* [Goal of the exercise]: Starting at the line with "f 302 506 507" and going on through the line with "f 326 331 532", reproduce each line in the records below exactly and nothing more.

----- Information supplied -----

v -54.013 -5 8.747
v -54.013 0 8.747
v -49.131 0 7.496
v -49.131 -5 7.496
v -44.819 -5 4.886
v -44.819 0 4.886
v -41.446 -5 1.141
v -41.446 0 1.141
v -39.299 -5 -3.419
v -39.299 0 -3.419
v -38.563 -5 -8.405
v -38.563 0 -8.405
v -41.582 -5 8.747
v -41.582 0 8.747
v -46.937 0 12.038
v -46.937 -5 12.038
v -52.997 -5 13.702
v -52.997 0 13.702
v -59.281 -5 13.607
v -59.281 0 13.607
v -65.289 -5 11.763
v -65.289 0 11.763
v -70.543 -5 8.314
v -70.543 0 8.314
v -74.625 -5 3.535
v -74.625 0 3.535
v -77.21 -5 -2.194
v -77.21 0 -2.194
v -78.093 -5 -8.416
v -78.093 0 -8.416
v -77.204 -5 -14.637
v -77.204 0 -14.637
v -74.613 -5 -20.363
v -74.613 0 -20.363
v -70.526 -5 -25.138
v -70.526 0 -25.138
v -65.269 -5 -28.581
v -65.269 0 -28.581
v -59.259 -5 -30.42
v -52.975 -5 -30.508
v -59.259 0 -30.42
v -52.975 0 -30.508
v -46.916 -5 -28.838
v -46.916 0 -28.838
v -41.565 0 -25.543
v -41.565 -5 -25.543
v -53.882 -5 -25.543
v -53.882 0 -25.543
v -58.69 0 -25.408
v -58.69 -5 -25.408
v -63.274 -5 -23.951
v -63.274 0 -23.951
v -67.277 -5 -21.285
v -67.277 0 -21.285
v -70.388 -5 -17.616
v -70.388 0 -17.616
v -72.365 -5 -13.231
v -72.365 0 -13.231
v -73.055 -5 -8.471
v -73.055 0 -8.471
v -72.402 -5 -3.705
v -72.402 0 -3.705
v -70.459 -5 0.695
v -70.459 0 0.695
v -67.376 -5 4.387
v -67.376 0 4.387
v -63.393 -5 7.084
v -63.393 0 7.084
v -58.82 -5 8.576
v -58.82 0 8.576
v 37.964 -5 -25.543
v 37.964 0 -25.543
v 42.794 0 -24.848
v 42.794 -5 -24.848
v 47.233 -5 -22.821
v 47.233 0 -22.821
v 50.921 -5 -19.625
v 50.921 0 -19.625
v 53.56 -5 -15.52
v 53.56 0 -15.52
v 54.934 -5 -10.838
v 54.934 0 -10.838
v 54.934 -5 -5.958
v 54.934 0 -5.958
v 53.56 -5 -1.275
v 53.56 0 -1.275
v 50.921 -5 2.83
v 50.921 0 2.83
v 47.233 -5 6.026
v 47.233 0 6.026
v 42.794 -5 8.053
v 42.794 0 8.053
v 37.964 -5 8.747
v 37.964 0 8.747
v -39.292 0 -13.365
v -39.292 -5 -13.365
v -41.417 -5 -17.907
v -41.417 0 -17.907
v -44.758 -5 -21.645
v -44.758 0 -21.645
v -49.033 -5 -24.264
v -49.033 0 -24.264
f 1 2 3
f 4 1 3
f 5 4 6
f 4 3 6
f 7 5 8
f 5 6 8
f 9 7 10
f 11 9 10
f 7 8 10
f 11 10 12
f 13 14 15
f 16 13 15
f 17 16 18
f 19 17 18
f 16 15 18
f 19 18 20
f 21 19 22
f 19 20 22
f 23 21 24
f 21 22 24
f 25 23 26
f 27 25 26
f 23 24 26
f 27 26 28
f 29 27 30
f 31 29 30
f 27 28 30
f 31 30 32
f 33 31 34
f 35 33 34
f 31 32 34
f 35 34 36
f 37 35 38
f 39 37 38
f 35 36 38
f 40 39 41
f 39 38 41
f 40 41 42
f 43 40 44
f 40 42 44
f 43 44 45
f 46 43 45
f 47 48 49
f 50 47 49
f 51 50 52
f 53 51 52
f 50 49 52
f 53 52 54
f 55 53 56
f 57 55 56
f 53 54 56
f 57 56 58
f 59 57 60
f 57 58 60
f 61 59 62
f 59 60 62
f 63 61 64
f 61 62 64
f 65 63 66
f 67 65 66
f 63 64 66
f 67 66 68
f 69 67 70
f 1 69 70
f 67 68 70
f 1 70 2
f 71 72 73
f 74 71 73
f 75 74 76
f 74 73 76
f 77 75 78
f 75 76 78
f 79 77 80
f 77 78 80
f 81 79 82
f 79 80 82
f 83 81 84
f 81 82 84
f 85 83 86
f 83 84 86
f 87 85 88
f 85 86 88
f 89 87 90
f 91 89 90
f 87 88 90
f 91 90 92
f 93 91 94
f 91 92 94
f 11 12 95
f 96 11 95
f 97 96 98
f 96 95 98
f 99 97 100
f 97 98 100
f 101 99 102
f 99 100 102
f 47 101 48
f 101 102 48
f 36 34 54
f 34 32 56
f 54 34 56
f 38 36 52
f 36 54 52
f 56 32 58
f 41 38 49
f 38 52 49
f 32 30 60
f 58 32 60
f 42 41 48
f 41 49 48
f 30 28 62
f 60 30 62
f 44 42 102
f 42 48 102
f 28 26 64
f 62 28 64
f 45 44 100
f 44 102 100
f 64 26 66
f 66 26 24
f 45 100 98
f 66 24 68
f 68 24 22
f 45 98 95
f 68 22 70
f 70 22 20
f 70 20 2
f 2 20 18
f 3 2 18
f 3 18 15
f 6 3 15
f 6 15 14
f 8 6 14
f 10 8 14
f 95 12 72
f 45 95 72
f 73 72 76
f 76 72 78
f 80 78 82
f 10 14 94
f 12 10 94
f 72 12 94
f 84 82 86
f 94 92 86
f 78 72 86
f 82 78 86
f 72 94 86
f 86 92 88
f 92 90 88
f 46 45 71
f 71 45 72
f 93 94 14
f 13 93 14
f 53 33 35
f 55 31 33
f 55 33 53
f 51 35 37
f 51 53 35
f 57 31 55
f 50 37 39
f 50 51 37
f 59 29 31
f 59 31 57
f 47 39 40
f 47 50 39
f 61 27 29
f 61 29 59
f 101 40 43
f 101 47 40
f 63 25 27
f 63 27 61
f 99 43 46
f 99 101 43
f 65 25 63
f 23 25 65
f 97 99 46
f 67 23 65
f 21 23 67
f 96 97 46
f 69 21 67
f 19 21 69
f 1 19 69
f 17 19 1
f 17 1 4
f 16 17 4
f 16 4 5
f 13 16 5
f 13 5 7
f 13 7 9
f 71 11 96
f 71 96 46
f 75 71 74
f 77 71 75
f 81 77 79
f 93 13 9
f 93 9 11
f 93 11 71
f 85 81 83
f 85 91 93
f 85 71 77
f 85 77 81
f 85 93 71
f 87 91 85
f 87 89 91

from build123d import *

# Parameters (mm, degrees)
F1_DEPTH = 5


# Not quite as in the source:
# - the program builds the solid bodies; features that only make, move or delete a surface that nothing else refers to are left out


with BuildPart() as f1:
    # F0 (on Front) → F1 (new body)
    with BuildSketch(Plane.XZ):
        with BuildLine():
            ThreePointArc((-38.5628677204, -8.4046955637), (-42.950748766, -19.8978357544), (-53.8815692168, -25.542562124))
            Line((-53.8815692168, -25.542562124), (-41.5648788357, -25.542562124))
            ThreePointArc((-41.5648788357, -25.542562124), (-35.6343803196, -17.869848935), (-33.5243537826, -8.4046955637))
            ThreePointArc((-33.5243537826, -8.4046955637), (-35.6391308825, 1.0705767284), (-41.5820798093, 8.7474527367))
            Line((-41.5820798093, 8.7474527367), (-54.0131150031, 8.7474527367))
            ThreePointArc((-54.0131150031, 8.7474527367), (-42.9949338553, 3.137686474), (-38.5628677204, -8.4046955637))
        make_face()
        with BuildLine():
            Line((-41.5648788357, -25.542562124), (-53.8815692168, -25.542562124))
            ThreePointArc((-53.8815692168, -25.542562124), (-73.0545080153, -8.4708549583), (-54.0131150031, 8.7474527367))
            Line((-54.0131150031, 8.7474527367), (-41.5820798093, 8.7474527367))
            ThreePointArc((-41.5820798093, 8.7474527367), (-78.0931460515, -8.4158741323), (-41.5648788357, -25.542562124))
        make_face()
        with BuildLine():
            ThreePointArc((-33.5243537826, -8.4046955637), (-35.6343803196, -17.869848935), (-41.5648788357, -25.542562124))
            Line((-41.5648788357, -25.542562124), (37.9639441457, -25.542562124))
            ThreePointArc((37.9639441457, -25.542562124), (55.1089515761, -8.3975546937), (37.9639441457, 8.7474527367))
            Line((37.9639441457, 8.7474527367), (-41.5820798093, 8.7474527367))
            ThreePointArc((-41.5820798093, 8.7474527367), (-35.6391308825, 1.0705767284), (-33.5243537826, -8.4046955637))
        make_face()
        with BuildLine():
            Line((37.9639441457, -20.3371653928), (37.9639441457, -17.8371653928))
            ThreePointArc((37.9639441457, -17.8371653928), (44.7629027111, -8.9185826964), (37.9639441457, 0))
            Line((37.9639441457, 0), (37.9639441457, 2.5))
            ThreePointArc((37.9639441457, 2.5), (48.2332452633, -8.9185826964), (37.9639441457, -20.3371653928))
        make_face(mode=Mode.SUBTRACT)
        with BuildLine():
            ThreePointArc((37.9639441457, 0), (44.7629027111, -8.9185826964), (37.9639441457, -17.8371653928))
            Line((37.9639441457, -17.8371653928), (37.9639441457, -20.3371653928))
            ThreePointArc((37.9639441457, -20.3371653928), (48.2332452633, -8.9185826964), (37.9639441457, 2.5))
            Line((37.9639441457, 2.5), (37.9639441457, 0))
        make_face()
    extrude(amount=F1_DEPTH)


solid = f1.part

-----
----- Information supplied -----

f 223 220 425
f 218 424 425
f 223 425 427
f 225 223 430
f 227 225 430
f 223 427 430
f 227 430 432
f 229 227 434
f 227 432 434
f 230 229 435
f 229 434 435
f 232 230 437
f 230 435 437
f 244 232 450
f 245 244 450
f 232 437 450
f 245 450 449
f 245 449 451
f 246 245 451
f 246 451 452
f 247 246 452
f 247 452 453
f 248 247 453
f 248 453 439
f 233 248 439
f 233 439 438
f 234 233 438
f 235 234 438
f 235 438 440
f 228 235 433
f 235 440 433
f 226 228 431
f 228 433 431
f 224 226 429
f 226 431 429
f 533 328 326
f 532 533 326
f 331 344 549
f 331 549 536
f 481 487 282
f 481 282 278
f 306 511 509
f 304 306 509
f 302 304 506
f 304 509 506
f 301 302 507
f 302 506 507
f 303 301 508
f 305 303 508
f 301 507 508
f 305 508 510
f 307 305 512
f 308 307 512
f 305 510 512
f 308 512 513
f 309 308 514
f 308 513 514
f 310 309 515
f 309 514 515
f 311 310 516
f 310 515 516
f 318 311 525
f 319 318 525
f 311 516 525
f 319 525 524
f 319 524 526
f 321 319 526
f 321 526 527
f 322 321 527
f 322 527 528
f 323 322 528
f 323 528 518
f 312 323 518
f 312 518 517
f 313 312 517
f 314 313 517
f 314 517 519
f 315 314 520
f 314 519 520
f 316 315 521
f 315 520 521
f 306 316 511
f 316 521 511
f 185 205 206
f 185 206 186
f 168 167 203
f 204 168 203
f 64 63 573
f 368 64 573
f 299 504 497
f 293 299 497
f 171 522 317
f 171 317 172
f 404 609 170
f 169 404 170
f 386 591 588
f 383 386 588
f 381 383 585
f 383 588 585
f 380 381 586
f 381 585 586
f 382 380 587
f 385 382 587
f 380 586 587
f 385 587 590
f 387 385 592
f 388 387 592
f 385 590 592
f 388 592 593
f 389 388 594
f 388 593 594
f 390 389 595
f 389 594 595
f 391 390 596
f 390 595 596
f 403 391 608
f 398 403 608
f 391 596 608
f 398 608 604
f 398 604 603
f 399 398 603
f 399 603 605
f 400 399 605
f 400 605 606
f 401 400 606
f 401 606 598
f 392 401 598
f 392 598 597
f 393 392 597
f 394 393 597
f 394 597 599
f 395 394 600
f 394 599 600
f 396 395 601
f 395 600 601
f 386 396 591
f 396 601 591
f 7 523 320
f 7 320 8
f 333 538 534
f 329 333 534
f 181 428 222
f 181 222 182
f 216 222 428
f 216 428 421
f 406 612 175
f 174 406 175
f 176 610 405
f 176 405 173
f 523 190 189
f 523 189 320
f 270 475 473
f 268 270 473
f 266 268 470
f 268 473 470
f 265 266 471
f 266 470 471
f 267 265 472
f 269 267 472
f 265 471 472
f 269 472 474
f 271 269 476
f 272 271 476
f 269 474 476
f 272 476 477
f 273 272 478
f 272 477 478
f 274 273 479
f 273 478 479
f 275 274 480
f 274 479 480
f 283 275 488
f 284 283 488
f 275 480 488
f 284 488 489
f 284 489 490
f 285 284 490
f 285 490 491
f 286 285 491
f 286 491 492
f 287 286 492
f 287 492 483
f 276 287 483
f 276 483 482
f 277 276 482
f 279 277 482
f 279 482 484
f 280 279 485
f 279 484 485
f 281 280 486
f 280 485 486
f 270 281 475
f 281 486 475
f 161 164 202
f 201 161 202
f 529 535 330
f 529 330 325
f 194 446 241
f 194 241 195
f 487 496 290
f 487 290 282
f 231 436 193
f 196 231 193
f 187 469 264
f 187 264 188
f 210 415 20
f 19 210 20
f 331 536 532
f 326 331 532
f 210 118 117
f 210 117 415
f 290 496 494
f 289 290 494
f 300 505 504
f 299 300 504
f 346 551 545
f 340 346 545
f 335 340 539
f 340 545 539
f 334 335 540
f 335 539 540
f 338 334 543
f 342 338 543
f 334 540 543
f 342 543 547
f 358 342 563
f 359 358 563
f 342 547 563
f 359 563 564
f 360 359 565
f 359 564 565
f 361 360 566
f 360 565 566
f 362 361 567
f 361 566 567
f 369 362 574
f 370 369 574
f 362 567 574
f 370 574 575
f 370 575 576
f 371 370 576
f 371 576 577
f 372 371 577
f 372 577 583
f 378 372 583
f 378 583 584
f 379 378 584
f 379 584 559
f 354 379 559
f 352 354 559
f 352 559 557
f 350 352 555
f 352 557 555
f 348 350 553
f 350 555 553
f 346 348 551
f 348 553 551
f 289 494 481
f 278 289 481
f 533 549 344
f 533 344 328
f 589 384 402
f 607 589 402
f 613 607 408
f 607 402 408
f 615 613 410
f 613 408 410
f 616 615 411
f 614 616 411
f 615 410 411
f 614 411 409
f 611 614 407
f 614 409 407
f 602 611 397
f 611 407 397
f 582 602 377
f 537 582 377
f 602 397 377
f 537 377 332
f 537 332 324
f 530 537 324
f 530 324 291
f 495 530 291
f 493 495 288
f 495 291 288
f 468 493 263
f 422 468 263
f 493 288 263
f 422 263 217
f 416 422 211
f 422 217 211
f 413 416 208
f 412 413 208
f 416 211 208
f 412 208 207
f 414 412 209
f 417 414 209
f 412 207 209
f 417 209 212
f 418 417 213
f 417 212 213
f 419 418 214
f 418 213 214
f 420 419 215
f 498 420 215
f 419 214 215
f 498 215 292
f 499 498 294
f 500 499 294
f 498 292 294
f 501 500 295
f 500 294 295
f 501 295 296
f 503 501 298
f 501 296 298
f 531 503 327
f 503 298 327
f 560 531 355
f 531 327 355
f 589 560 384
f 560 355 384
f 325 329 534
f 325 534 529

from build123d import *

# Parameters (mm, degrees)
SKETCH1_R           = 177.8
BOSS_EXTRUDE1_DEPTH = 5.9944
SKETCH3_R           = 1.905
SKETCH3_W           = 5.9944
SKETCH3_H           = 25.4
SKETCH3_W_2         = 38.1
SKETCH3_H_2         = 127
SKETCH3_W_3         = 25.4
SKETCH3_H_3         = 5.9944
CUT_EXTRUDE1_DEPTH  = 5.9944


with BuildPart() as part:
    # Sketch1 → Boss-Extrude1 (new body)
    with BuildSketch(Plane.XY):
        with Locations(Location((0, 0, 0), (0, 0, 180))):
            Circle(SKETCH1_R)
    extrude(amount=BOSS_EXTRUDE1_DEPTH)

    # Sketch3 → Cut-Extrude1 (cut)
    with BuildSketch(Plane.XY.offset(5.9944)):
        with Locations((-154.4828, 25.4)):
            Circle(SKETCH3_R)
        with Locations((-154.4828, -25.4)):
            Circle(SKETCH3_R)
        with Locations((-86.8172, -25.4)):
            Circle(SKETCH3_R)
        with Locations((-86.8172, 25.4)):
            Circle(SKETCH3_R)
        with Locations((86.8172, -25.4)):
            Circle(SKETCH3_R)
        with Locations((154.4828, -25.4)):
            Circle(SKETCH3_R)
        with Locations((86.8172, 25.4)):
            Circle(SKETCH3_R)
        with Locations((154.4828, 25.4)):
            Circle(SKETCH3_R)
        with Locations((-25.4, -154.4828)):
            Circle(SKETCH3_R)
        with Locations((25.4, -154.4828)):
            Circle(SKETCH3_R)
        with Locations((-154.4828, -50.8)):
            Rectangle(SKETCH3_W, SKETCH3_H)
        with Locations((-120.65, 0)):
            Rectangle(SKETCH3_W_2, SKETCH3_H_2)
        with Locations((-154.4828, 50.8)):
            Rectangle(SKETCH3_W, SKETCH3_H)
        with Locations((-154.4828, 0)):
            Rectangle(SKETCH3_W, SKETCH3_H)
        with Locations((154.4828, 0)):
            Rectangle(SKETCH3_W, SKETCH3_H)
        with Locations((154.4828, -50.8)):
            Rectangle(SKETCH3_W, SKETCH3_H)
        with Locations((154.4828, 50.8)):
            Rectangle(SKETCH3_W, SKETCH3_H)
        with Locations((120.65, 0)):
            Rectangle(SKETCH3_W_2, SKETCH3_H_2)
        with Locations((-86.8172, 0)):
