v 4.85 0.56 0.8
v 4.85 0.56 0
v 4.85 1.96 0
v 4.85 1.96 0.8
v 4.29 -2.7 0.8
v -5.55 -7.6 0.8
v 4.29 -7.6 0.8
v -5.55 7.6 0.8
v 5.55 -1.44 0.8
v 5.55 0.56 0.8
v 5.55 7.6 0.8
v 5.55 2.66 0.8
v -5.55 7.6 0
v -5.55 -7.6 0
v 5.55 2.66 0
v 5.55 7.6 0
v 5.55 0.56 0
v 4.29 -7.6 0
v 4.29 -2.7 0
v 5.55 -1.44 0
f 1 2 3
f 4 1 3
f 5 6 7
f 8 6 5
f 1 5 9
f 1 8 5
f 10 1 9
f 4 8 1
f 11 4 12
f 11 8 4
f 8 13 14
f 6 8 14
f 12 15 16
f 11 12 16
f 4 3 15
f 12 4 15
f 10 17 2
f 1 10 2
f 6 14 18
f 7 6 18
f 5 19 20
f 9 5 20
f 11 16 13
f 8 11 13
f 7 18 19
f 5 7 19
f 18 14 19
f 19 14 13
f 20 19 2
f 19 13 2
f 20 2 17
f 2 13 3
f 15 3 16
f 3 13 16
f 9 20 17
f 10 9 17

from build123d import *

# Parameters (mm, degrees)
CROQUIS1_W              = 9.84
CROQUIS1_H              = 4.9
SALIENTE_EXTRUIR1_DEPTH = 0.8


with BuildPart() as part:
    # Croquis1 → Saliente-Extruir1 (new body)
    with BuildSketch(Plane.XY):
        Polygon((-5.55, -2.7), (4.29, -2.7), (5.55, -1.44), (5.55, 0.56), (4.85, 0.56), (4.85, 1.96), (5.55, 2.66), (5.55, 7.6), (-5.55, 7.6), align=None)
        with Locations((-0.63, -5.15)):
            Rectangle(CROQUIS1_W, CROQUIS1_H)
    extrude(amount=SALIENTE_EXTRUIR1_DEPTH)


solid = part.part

-----
----- Information supplied -----

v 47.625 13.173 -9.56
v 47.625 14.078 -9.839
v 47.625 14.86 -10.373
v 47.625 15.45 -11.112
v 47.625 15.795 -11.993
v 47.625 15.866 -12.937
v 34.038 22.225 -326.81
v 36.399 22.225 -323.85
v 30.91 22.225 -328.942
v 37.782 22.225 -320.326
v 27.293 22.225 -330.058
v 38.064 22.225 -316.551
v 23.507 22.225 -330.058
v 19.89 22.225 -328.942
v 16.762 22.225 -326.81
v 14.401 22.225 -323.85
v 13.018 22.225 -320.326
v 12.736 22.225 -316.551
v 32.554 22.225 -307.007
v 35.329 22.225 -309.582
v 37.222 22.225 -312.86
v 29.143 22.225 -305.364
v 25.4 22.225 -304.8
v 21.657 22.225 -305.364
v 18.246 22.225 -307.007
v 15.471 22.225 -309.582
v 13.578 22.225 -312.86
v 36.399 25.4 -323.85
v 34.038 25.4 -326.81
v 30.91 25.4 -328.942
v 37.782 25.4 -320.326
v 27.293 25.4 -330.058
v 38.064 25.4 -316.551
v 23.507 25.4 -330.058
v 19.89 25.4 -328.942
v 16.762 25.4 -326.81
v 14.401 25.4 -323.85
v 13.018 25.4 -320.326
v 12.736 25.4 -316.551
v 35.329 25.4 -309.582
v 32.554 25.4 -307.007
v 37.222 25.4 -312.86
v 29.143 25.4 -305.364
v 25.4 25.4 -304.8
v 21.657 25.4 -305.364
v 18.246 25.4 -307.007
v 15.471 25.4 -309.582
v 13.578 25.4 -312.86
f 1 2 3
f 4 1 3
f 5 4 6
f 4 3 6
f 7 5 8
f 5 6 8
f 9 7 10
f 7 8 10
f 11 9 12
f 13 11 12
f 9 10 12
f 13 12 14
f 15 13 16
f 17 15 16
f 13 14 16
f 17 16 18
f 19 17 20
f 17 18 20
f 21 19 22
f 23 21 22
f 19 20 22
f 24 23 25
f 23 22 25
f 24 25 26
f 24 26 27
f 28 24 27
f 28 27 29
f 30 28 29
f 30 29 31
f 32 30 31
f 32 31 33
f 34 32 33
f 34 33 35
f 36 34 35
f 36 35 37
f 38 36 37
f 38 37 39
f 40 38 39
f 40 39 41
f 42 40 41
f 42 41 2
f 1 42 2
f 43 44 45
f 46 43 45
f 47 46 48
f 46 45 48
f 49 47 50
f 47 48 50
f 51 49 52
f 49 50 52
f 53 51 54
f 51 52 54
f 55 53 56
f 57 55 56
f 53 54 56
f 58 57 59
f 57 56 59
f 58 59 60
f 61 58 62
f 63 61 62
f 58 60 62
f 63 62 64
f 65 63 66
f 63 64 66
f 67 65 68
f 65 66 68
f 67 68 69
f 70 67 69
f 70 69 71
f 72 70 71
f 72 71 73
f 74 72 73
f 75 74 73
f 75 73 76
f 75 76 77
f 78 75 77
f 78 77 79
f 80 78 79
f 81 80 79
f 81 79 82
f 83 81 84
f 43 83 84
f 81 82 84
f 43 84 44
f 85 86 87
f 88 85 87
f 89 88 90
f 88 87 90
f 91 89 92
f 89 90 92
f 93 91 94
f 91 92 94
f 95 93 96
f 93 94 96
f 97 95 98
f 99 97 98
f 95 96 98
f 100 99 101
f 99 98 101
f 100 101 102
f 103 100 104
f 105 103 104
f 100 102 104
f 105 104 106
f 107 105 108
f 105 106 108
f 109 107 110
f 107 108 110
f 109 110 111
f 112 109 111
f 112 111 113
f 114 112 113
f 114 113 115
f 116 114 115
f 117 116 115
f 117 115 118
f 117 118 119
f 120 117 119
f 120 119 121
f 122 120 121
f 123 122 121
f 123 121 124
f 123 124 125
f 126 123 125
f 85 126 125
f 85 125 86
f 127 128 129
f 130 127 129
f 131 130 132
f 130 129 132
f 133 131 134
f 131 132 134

-----

* [Completed exercise]:
f 302 506 507
f 303 301 508
f 305 303 508
f 301 507 508
f 305 508 510
f 307 305 512
f 308 307 512
f 305 510 512
f 308 512 513
f 309 308 514
f 308 513 514
f 310 309 515
f 309 514 515
f 311 310 516
f 310 515 516
f 318 311 525
f 319 318 525
f 311 516 525
f 319 525 524
f 319 524 526
f 321 319 526
f 321 526 527
f 322 321 527
f 322 527 528
f 323 322 528
f 323 528 518
f 312 323 518
f 312 518 517
f 313 312 517
f 314 313 517
f 314 517 519
f 315 314 520
f 314 519 520
f 316 315 521
f 315 520 521
f 306 316 511
f 316 521 511
f 185 205 206
f 185 206 186
f 168 167 203
f 204 168 203
f 64 63 573
f 368 64 573
f 299 504 497
f 293 299 497
f 171 522 317
f 171 317 172
f 404 609 170
f 169 404 170
f 386 591 588
f 383 386 588
f 381 383 585
f 383 588 585
f 380 381 586
f 381 585 586
f 382 380 587
f 385 382 587
f 380 586 587
f 385 587 590
f 387 385 592
f 388 387 592
f 385 590 592
f 388 592 593
f 389 388 594
f 388 593 594
f 390 389 595
f 389 594 595
f 391 390 596
f 390 595 596
f 403 391 608
f 398 403 608
f 391 596 608
f 398 608 604
f 398 604 603
f 399 398 603
f 399 603 605
f 400 399 605
f 400 605 606
f 401 400 606
f 401 606 598
f 392 401 598
f 392 598 597
f 393 392 597
f 394 393 597
f 394 597 599
f 395 394 600
f 394 599 600
f 396 395 601
f 395 600 601
f 386 396 591
f 396 601 591
f 7 523 320
f 7 320 8
f 333 538 534
f 329 333 534
f 181 428 222
f 181 222 182
f 216 222 428
f 216 428 421
f 406 612 175
f 174 406 175
f 176 610 405
f 176 405 173
f 523 190 189
f 523 189 320
f 270 475 473
f 268 270 473
f 266 268 470
f 268 473 470
f 265 266 471
f 266 470 471
f 267 265 472
f 269 267 472
f 265 471 472
f 269 472 474
f 271 269 476
f 272 271 476
f 269 474 476
f 272 476 477
f 273 272 478
f 272 477 478
f 274 273 479
f 273 478 479
f 275 274 480
f 274 479 480
f 283 275 488
f 284 283 488
f 275 480 488
f 284 488 489
f 284 489 490
f 285 284 490
f 285 490 491
f 286 285 491
f 286 491 492
f 287 286 492
f 287 492 483
f 276 287 483
f 276 483 482
f 277 276 482
f 279 277 482
f 279 482 484
f 280 279 485
f 279 484 485
f 281 280 486
f 280 485 486
f 270 281 475
f 281 486 475
f 161 164 202
f 201 161 202
f 529 535 330
f 529 330 325
f 194 446 241
f 194 241 195
f 487 496 290
f 487 290 282
f 231 436 193
f 196 231 193
f 187 469 264
f 187 264 188
f 210 415 20
f 19 210 20
f 331 536 532
f 326 331 532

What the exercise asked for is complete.